Plusieurs pays d'Europe ont également fixé des objectifs, comme l'Espagne, qui cherche à atteindre une capacité flottante de 3 GW d'ici à 2030.

PORTS ET NAVIRES

Les parcs éoliens offshore flottants sont constitués d'énormes turbines installées sur des plates-formes flottantes ancrées au fond de la mer à l'aide d'ancres flexibles, de chaînes ou de câbles d'acier.

À l'heure actuelle, il existe au moins 50 modèles en cours de développement. Il est donc important de réduire le nombre de concepts afin de normaliser et de permettre une production de masse, affirment les experts.

Ils pensent que cela est possible, car de nombreuses compagnies pétrolières, telles que Shell, Equinor, BP et Aker Solutions, disposent d'une grande expertise en matière d'exploitation en eaux profondes, et certaines s'associent à des promoteurs d'énergies renouvelables pour répondre à des appels d'offres dans le domaine de l'éolien flottant.

Pour l'instant, M. Berge, d'Equinor, a déclaré que l'un des plus grands défis consistait à disposer d'un nombre suffisant de grands ports pour assembler les turbines et les déplacer en mer. Nombre de ses pairs partagent cet avis.

Selon une enquête menée par DNV auprès de 244 experts, le plus grand risque de la chaîne d'approvisionnement qu'ils ont identifié est de disposer d'un nombre suffisant de ports adaptés, suivi par la disponibilité des navires d'installation.

Les ports où les tours mesurant plus de 150 m au centre du rotor et leurs bases flottantes géantes peuvent être fabriquées et assemblées sont idéaux - et ils auront également besoin de suffisamment de canaux d'accès, de postes d'amarrage, de zones terrestres et d'espace de stockage pour manipuler des structures lourdes et de grande taille, affirment les experts.

Or, dans de nombreux pays, ces ports font cruellement défaut.

La Grande-Bretagne vise à installer 5 GW d'éoliennes flottantes d'ici à 2030, mais un rapport du groupe de travail britannique sur l'éolien offshore flottant indique que 34 GW pourraient être installés d'ici à 2040 si les ports étaient modernisés.

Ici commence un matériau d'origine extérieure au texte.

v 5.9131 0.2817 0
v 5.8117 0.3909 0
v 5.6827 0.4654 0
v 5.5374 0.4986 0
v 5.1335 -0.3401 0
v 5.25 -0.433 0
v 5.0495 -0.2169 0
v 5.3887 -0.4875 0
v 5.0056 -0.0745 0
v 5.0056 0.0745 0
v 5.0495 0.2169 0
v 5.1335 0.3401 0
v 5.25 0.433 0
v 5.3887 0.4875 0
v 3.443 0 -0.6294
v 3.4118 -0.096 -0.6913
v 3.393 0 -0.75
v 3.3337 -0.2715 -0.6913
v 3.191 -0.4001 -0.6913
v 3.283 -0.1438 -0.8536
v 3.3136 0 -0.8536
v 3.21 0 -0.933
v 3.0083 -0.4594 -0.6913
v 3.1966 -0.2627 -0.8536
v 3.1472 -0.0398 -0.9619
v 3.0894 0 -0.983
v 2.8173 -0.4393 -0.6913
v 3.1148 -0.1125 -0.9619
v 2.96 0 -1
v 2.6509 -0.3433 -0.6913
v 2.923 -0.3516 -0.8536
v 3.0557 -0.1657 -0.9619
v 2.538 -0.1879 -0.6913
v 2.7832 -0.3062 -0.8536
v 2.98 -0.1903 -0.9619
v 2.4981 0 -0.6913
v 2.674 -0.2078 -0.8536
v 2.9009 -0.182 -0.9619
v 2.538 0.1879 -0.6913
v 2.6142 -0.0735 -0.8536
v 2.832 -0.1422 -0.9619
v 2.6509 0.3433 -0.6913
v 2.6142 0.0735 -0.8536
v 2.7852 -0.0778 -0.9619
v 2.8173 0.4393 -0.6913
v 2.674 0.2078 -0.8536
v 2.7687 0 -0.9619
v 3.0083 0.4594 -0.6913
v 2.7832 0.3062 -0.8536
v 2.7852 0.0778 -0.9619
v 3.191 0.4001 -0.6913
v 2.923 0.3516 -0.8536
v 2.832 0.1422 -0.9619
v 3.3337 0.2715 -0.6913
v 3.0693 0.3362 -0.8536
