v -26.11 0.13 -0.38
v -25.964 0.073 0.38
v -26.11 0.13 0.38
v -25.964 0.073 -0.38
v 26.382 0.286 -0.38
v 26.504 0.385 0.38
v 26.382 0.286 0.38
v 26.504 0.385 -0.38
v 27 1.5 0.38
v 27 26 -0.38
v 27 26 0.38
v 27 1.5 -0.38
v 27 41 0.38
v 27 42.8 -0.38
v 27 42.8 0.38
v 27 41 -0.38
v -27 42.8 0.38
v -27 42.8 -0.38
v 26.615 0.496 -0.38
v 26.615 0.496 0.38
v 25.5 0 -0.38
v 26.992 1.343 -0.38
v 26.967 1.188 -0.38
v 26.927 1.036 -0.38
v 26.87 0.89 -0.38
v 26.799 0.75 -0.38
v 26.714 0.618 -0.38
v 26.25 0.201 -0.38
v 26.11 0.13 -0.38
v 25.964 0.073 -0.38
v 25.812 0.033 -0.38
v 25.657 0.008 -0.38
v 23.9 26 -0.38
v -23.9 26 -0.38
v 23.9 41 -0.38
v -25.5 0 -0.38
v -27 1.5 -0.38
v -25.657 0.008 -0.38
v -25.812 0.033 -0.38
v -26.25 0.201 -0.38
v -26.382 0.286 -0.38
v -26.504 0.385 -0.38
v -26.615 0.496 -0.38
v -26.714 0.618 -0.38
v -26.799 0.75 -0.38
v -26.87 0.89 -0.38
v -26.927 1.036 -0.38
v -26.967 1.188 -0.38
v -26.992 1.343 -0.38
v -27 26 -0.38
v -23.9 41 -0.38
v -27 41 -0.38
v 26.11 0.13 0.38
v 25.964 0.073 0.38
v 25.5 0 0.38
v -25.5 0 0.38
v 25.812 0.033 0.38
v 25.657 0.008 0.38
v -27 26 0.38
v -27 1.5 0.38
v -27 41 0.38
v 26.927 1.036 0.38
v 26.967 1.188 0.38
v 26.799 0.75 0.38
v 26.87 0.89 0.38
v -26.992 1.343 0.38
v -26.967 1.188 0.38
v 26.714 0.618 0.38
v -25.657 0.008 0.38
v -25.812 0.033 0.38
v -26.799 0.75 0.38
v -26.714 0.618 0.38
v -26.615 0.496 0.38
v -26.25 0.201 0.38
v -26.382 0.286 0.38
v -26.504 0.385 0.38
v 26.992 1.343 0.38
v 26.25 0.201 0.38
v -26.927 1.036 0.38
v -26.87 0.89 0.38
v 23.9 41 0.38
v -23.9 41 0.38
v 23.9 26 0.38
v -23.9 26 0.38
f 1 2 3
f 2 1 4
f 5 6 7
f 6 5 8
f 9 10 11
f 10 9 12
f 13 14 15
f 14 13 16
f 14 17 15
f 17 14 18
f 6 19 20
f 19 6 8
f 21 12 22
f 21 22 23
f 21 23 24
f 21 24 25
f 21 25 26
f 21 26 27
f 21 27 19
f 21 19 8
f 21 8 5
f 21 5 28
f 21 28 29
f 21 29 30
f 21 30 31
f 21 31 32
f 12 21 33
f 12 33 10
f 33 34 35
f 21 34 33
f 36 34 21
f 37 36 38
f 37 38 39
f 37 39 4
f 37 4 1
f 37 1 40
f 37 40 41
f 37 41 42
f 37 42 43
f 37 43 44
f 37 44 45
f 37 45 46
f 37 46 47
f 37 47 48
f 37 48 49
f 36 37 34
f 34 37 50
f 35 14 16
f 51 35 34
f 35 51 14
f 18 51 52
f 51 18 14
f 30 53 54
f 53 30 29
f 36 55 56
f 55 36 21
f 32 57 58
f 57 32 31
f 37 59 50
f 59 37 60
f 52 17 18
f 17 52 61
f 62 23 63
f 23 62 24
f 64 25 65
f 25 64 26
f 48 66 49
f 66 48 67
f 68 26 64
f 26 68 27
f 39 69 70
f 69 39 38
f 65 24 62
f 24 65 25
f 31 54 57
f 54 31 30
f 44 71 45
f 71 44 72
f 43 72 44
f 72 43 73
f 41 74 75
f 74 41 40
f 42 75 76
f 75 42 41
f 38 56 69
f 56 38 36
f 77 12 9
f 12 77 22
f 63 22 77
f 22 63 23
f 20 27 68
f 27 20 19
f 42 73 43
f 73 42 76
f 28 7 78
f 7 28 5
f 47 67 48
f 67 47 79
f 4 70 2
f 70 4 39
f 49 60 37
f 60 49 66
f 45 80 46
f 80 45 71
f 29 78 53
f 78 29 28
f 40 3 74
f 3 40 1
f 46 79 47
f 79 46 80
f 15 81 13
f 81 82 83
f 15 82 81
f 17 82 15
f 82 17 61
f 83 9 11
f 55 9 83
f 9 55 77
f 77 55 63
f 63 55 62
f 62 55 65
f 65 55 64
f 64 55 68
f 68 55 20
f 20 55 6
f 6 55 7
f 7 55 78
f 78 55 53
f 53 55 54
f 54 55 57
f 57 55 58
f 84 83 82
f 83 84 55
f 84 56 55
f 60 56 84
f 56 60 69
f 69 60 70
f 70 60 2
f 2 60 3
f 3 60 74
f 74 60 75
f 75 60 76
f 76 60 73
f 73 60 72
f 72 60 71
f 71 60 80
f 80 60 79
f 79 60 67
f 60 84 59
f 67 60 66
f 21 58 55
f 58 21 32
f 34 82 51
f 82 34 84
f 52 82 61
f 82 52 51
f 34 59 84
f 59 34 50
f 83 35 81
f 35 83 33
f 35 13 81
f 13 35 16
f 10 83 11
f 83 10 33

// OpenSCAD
// Flap Display
// Maße:
//https://www.etsy.com/de/listing/979720975/blank-split-flap-display-flaps?ref=shop_home_active_6&crt=1&logging_key=9a650166e245f943e279f7e6ffdac373a0184f96%3A979720975&variation0=1859267286&variation1=4936227715


a = 54;
b = 42.8;

module Flap() {
    
    difference() {
        FlapForm();
        translate([-(a-3)/2,b-15/2-1.8,0])
        FlapGap();
        translate([+(a-3)/2,b-15/2-1.8,0])
        FlapGap();
    }
}


module FlapGap() {
    cube([3.2,15,2],center=true);
}

module FlapForm() {
    hull() {
        translate([-(a-3)/2,1.5,0])
        cylinder(d=3,h=0.76,center=true,$fn=60);
        translate([+(a-3)/2,1.5,0])
        cylinder(d=3,h=0.76,center=true,$fn=60);
        
        translate([-(a-3)/2,b-1.5,0])
        cube([3,3,0.76],center=true);
        
        translate([+(a-3)/2,b-1.5,0])
        cube([3,3,0.76],center=true);
    }
}


Flap();
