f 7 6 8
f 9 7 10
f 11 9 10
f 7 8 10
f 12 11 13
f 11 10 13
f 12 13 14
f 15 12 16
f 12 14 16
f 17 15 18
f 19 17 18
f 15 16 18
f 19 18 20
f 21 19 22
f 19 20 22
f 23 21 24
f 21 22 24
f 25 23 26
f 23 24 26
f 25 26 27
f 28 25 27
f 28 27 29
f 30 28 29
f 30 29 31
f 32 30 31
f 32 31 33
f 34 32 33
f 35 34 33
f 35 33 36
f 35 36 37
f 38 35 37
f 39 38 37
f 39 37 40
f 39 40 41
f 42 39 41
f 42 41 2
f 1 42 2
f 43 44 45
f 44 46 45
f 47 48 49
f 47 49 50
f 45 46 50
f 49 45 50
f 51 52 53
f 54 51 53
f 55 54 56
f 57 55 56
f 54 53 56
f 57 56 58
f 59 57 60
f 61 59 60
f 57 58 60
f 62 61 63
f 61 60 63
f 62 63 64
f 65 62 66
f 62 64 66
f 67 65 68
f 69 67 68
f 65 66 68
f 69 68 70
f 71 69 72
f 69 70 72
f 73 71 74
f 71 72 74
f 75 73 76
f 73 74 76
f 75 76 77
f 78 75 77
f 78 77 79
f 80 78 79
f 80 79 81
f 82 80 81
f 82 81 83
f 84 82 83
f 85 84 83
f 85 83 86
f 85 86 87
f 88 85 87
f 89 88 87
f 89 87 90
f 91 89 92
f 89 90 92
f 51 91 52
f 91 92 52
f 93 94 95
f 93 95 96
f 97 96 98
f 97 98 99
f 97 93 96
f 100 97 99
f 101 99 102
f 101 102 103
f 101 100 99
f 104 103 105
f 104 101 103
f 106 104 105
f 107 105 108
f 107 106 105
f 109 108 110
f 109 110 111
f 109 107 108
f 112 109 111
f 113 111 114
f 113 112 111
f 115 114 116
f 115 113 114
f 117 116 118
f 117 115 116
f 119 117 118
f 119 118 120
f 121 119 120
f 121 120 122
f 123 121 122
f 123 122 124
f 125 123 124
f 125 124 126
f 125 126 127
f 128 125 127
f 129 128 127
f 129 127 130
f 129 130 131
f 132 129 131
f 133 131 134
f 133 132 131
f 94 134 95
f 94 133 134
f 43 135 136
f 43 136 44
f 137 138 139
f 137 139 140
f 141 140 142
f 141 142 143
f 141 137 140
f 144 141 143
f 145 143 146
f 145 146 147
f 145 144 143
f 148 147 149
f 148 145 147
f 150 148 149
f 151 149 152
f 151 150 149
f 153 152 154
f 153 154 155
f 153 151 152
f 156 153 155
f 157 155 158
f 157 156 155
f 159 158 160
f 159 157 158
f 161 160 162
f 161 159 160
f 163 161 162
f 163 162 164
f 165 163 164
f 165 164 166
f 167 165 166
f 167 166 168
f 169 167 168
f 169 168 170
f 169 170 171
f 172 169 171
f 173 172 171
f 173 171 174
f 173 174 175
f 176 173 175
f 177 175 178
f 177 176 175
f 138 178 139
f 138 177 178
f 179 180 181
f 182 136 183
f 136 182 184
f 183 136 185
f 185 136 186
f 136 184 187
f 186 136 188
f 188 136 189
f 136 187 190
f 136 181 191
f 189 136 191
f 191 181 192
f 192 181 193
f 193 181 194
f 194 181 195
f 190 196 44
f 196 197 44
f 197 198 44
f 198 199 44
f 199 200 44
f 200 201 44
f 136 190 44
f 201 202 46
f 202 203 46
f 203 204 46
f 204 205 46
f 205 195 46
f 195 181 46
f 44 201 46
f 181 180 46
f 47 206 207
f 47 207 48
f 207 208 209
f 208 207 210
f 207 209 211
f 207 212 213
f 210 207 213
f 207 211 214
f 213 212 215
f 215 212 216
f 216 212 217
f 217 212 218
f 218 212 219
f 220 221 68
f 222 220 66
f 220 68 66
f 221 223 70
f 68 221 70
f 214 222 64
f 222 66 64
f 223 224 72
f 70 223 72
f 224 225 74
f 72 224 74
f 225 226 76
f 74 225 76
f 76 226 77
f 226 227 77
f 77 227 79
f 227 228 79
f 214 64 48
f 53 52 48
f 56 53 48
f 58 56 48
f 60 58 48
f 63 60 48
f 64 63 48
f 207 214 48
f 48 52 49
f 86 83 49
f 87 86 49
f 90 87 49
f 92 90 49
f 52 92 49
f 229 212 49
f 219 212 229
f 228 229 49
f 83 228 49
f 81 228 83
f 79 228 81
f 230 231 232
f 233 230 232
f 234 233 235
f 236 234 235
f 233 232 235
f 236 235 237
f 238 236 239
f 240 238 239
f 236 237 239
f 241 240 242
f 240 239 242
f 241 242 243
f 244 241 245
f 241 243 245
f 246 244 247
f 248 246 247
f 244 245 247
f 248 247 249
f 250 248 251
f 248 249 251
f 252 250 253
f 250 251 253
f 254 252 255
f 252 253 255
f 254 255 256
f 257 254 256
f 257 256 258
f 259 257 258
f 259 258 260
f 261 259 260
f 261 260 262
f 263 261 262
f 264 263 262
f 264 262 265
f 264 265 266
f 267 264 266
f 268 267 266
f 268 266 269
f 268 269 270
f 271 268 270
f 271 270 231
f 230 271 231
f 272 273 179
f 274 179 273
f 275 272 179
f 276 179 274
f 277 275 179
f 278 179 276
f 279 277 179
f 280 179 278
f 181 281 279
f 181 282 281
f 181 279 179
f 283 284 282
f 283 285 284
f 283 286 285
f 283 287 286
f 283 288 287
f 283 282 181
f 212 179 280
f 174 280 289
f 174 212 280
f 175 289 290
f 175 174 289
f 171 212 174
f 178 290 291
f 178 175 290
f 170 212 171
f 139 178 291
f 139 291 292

Selon ce rapport, jusqu'à 11 ports devront être transformés en plaques tournantes pour permettre le déploiement à grande échelle de l'éolien offshore flottant, ce qui nécessitera un investissement d'au moins 4 milliards de livres (5 milliards de dollars).

Le Crown Estate britannique lancera cette année un appel d'offres pour 4 GW d'éoliennes flottantes dans la mer Celtique, au large du Pays de Galles, mais a déclaré que la région avait le potentiel de produire plus de 20 GW.

Si la Grande-Bretagne veut être le leader mondial de l'éolien flottant, certains experts estiment que la Corée du Sud pourrait être le véritable vainqueur, compte tenu de ses ports existants et de ses capacités d'ingénierie à grande échelle.

"La Corée du Sud sera le marché le plus rapide", a déclaré M. Cole, de Corio Generation, qui a 1,5 GW d'éoliennes flottantes en cours de développement dans ce pays. "Les gens veulent acheter des produits à faible teneur en carbone, donc la façon dont la Corée du Sud produit son électricité et la façon dont elle va décarboniser est vraiment importante pour l'ensemble de l'économie.

Un autre problème est le manque de navires nécessaires pour remorquer les structures vers leurs sites en mer, les installer et connecter les turbines au réseau électrique terrestre.

"Même les plus grands navires de l'industrie pétrolière et gazière ont une capacité limitée pour l'installation efficace des derniers parcs éoliens flottants", a déclaré DNV.